_ASSIGNMENT_
The entries that follow include a run beginning at the line with "f 3 100 101" and ending at the line with "f 114 116 117"; restate that run word for word and leave the rest out.

_SUPPLIED RECORDS_

:::

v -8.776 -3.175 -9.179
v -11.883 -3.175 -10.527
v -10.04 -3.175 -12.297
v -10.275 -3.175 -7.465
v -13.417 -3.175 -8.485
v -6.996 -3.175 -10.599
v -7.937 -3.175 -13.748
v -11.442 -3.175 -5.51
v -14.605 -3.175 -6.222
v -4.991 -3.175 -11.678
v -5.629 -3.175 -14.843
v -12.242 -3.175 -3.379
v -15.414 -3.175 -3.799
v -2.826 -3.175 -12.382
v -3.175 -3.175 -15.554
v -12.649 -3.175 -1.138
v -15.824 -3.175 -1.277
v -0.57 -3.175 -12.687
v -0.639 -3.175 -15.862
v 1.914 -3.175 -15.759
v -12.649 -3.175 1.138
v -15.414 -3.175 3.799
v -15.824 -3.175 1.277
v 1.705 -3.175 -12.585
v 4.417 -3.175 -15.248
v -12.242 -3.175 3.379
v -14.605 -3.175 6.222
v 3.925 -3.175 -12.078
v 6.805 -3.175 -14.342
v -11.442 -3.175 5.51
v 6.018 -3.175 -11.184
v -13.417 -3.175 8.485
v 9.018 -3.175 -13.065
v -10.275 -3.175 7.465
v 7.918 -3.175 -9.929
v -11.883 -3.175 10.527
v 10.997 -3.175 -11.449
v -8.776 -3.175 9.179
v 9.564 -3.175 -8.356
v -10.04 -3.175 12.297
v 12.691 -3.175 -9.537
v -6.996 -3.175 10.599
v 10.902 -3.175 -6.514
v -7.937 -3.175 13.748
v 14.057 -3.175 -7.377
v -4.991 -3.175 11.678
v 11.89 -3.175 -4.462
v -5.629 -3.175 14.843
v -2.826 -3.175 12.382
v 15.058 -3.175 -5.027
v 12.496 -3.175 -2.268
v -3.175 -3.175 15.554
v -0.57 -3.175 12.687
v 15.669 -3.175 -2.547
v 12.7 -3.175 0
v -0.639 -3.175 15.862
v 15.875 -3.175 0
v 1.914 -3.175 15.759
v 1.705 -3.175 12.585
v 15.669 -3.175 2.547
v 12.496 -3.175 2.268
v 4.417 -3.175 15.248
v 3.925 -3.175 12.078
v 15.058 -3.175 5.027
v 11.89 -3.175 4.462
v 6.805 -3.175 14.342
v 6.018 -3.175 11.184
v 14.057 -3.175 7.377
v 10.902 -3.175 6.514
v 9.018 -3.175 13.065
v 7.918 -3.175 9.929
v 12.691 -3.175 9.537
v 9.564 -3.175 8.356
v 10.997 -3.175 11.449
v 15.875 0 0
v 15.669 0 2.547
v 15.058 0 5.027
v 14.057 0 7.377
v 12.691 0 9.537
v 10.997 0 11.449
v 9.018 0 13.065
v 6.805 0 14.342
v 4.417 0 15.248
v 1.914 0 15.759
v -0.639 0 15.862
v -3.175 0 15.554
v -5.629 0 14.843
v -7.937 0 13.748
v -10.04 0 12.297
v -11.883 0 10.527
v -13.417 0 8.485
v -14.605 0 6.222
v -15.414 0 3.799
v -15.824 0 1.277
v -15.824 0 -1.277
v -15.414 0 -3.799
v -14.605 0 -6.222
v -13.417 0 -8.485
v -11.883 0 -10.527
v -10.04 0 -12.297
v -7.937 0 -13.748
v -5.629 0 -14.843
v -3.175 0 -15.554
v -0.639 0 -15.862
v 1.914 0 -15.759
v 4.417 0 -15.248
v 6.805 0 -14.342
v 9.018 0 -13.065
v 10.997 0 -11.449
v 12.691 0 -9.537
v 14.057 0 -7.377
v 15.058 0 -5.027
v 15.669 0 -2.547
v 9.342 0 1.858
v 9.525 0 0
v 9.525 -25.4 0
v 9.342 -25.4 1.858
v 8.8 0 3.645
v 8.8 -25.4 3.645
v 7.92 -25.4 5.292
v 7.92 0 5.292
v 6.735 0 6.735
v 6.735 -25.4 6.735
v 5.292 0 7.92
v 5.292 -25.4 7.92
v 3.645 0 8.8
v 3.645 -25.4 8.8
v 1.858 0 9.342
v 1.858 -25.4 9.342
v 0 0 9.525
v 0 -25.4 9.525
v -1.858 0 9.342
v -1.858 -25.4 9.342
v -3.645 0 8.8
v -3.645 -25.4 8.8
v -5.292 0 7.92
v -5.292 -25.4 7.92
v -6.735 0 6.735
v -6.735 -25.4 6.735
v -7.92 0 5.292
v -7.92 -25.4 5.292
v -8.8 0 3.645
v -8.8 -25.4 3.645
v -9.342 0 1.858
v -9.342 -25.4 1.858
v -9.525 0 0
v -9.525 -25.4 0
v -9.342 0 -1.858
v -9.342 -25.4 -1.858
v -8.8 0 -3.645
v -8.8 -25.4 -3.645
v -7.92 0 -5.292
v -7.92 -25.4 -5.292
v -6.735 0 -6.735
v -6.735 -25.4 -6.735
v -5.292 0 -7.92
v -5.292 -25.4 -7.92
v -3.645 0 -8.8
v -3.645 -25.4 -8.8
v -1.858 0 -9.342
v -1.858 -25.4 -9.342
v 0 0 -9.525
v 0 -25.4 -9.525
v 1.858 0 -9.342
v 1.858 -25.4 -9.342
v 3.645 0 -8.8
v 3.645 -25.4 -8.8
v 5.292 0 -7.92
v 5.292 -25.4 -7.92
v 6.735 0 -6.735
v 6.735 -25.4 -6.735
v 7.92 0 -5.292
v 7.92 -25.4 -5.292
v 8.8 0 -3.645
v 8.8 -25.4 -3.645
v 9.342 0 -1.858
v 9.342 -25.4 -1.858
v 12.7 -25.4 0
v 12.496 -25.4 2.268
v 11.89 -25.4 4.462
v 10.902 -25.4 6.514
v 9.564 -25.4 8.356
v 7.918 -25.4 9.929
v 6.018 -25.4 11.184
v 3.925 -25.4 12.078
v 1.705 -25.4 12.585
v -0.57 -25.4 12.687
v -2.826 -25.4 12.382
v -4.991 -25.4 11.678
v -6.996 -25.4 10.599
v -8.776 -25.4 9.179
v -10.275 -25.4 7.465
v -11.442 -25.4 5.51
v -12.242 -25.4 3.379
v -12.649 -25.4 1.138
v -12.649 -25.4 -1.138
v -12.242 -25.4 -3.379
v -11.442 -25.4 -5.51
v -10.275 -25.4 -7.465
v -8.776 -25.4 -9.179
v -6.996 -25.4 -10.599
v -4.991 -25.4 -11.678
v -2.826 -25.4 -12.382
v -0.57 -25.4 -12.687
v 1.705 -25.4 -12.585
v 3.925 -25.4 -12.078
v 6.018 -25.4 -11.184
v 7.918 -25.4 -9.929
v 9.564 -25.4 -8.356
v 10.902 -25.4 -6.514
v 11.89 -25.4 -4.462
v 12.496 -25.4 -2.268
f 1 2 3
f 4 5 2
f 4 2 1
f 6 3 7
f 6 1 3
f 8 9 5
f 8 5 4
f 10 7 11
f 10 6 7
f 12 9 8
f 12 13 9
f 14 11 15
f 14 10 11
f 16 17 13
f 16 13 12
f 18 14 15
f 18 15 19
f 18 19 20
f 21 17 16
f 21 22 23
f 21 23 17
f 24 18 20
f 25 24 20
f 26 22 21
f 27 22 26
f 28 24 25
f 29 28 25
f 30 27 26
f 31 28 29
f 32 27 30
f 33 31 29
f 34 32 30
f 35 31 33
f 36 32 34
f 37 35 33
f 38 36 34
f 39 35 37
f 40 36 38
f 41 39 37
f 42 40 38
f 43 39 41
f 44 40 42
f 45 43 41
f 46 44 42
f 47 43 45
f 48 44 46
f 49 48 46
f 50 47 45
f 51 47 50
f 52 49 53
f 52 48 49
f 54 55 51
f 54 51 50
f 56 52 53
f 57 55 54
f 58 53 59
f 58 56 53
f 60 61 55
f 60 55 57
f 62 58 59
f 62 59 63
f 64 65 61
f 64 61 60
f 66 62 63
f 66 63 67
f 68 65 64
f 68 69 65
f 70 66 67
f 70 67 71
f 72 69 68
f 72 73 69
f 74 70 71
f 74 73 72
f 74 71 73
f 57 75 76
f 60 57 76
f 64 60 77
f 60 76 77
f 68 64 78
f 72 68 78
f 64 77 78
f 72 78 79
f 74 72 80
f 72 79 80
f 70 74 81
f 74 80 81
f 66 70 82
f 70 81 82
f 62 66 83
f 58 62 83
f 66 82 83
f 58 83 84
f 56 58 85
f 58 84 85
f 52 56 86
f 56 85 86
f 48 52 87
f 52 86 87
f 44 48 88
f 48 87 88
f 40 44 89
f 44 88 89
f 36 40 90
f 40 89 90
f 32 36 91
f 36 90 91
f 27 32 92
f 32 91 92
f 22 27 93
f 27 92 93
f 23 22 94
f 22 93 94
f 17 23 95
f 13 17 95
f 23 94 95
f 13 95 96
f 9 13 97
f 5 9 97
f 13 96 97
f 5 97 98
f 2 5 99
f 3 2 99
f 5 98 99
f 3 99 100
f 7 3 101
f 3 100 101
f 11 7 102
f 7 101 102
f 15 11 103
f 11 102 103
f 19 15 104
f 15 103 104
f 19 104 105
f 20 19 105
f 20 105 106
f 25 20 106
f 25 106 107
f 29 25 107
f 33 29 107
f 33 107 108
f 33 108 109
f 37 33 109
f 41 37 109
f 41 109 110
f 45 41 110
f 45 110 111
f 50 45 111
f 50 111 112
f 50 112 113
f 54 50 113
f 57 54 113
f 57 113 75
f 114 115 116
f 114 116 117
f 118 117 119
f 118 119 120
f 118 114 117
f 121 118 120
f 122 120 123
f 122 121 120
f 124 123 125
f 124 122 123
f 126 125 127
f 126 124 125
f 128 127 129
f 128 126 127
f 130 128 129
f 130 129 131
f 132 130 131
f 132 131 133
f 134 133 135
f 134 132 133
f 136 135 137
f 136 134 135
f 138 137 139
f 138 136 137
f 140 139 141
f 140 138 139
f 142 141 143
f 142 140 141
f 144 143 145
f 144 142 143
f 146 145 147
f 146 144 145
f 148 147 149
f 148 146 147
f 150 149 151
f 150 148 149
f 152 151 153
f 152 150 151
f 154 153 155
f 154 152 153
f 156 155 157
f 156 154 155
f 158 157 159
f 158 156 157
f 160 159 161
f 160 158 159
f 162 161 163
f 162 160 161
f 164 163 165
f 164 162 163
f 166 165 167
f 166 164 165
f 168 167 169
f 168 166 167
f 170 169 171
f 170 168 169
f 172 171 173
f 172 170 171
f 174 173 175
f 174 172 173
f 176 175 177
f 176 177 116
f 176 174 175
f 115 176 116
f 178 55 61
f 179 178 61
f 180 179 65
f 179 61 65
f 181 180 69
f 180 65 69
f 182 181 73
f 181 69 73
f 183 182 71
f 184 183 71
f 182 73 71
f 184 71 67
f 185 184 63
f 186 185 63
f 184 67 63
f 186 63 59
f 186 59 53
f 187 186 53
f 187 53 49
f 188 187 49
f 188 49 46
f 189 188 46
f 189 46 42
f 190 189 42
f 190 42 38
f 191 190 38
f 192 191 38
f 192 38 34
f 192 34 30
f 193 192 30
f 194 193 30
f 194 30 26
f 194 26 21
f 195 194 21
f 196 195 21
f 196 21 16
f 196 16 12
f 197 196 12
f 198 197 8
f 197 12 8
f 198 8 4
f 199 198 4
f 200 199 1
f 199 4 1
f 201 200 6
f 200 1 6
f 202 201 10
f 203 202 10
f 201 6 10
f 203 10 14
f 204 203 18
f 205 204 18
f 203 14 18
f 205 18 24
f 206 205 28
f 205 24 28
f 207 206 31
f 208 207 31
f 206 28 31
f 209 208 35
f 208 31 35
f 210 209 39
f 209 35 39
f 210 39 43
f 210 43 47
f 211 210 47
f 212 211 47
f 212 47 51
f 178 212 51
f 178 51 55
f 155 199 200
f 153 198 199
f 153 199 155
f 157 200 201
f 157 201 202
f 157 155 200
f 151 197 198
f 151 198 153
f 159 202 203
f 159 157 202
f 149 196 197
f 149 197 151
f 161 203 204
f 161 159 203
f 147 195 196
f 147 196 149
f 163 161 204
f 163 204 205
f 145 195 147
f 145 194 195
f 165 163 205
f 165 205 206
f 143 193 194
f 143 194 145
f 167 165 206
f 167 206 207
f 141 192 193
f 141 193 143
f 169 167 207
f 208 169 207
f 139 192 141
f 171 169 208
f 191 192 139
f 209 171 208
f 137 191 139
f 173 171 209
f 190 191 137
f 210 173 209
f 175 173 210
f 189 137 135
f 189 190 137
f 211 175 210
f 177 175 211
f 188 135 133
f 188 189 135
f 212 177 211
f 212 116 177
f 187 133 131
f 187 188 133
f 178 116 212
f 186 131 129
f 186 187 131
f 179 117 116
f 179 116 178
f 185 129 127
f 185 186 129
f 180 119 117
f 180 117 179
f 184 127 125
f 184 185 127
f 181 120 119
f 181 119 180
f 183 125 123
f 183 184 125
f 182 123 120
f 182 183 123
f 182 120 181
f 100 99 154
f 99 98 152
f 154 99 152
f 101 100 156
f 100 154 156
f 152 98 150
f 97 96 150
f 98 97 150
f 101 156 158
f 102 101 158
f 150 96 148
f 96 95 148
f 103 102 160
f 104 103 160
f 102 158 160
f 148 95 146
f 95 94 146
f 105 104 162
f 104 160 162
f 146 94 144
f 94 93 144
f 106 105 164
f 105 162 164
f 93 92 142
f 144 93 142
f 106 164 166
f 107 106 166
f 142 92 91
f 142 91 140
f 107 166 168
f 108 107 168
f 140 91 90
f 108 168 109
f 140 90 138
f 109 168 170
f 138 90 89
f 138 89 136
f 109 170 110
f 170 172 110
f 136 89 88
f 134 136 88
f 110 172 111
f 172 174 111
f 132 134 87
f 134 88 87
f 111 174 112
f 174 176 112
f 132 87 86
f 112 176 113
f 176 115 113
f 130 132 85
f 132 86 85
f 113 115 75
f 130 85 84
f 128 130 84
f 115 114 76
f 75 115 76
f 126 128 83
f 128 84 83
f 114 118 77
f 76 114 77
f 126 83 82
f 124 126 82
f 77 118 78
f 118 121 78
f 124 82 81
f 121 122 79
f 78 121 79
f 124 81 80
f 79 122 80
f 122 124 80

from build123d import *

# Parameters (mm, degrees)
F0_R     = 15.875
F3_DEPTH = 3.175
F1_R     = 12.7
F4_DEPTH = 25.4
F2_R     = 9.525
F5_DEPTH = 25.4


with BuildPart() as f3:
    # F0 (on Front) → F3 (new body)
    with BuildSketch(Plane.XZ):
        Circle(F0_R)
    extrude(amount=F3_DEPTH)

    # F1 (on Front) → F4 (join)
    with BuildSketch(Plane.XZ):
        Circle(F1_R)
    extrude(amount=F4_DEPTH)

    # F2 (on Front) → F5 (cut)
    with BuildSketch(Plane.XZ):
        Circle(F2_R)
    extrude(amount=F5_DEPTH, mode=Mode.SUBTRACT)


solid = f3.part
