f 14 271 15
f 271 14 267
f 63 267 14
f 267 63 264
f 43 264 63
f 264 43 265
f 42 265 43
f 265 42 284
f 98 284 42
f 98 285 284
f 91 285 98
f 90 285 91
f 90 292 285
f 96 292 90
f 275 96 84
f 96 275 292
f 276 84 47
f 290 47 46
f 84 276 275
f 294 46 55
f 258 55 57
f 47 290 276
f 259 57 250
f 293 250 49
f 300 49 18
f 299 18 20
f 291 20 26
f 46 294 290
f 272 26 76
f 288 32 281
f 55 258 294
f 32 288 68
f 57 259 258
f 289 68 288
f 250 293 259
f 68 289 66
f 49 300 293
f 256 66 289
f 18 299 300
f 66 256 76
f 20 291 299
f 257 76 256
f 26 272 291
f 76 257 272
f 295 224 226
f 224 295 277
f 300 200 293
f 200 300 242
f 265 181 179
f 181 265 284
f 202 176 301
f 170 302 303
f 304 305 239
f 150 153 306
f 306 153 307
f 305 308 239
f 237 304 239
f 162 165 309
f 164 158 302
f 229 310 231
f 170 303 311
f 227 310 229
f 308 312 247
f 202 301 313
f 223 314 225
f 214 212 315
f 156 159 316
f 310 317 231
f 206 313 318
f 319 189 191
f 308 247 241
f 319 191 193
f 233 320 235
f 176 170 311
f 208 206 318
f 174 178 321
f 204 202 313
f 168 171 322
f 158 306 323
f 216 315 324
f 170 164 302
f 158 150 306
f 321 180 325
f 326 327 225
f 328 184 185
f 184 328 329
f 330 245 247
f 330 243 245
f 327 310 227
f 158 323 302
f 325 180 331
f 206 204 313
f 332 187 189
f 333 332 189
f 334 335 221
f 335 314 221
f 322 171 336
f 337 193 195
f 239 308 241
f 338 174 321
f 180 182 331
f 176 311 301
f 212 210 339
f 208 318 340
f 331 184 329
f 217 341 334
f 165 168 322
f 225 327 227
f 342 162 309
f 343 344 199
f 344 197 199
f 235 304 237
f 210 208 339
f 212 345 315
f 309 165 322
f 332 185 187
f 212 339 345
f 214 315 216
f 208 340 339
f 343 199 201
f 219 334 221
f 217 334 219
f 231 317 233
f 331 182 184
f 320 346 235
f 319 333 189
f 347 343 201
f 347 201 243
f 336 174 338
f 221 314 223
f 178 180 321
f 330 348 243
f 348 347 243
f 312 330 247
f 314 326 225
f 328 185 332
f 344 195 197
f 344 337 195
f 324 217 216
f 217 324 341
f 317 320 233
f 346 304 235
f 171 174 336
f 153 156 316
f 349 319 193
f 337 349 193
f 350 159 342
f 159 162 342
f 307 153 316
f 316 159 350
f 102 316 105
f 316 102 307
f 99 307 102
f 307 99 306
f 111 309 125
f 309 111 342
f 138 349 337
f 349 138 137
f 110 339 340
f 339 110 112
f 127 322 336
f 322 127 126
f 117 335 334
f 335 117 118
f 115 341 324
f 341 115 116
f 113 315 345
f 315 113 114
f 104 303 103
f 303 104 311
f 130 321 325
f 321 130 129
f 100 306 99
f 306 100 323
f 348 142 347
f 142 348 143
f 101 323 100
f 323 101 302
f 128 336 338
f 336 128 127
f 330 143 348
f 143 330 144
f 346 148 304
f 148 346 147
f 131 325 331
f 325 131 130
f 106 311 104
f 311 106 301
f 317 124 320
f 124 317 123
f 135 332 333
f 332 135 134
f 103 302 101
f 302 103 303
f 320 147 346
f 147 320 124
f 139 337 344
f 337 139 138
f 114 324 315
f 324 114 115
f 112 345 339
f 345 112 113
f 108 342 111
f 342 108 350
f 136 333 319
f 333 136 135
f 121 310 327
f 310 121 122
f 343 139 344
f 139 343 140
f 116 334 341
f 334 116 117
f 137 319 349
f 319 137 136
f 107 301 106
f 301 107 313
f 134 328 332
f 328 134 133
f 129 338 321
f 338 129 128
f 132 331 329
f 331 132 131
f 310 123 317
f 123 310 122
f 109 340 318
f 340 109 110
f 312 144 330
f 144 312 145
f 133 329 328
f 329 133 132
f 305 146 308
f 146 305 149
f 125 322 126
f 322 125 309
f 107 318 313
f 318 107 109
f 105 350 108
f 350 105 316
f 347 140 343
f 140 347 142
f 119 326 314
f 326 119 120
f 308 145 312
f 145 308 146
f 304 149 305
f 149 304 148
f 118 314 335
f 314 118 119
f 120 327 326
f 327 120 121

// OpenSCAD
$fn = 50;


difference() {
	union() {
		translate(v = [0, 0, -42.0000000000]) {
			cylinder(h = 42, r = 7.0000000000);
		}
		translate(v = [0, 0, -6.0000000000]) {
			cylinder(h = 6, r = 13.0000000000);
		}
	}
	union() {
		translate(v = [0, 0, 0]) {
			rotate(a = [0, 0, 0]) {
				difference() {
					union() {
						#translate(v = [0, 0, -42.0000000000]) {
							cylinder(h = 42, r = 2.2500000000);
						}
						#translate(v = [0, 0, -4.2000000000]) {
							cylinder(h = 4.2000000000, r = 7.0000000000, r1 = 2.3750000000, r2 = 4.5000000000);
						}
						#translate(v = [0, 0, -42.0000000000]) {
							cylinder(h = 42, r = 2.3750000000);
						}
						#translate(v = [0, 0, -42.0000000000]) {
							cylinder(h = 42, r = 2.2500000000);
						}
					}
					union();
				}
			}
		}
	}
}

:::

_EXERCISE RESULT_
f 3 100 101
f 11 7 102
f 7 101 102
f 15 11 103
f 11 102 103
f 19 15 104
f 15 103 104
f 19 104 105
f 20 19 105
f 20 105 106
f 25 20 106
f 25 106 107
f 29 25 107
f 33 29 107
f 33 107 108
f 33 108 109
f 37 33 109
f 41 37 109
f 41 109 110
f 45 41 110
f 45 110 111
f 50 45 111
f 50 111 112
f 50 112 113
f 54 50 113
f 57 54 113
f 57 113 75
f 114 115 116
f 114 116 117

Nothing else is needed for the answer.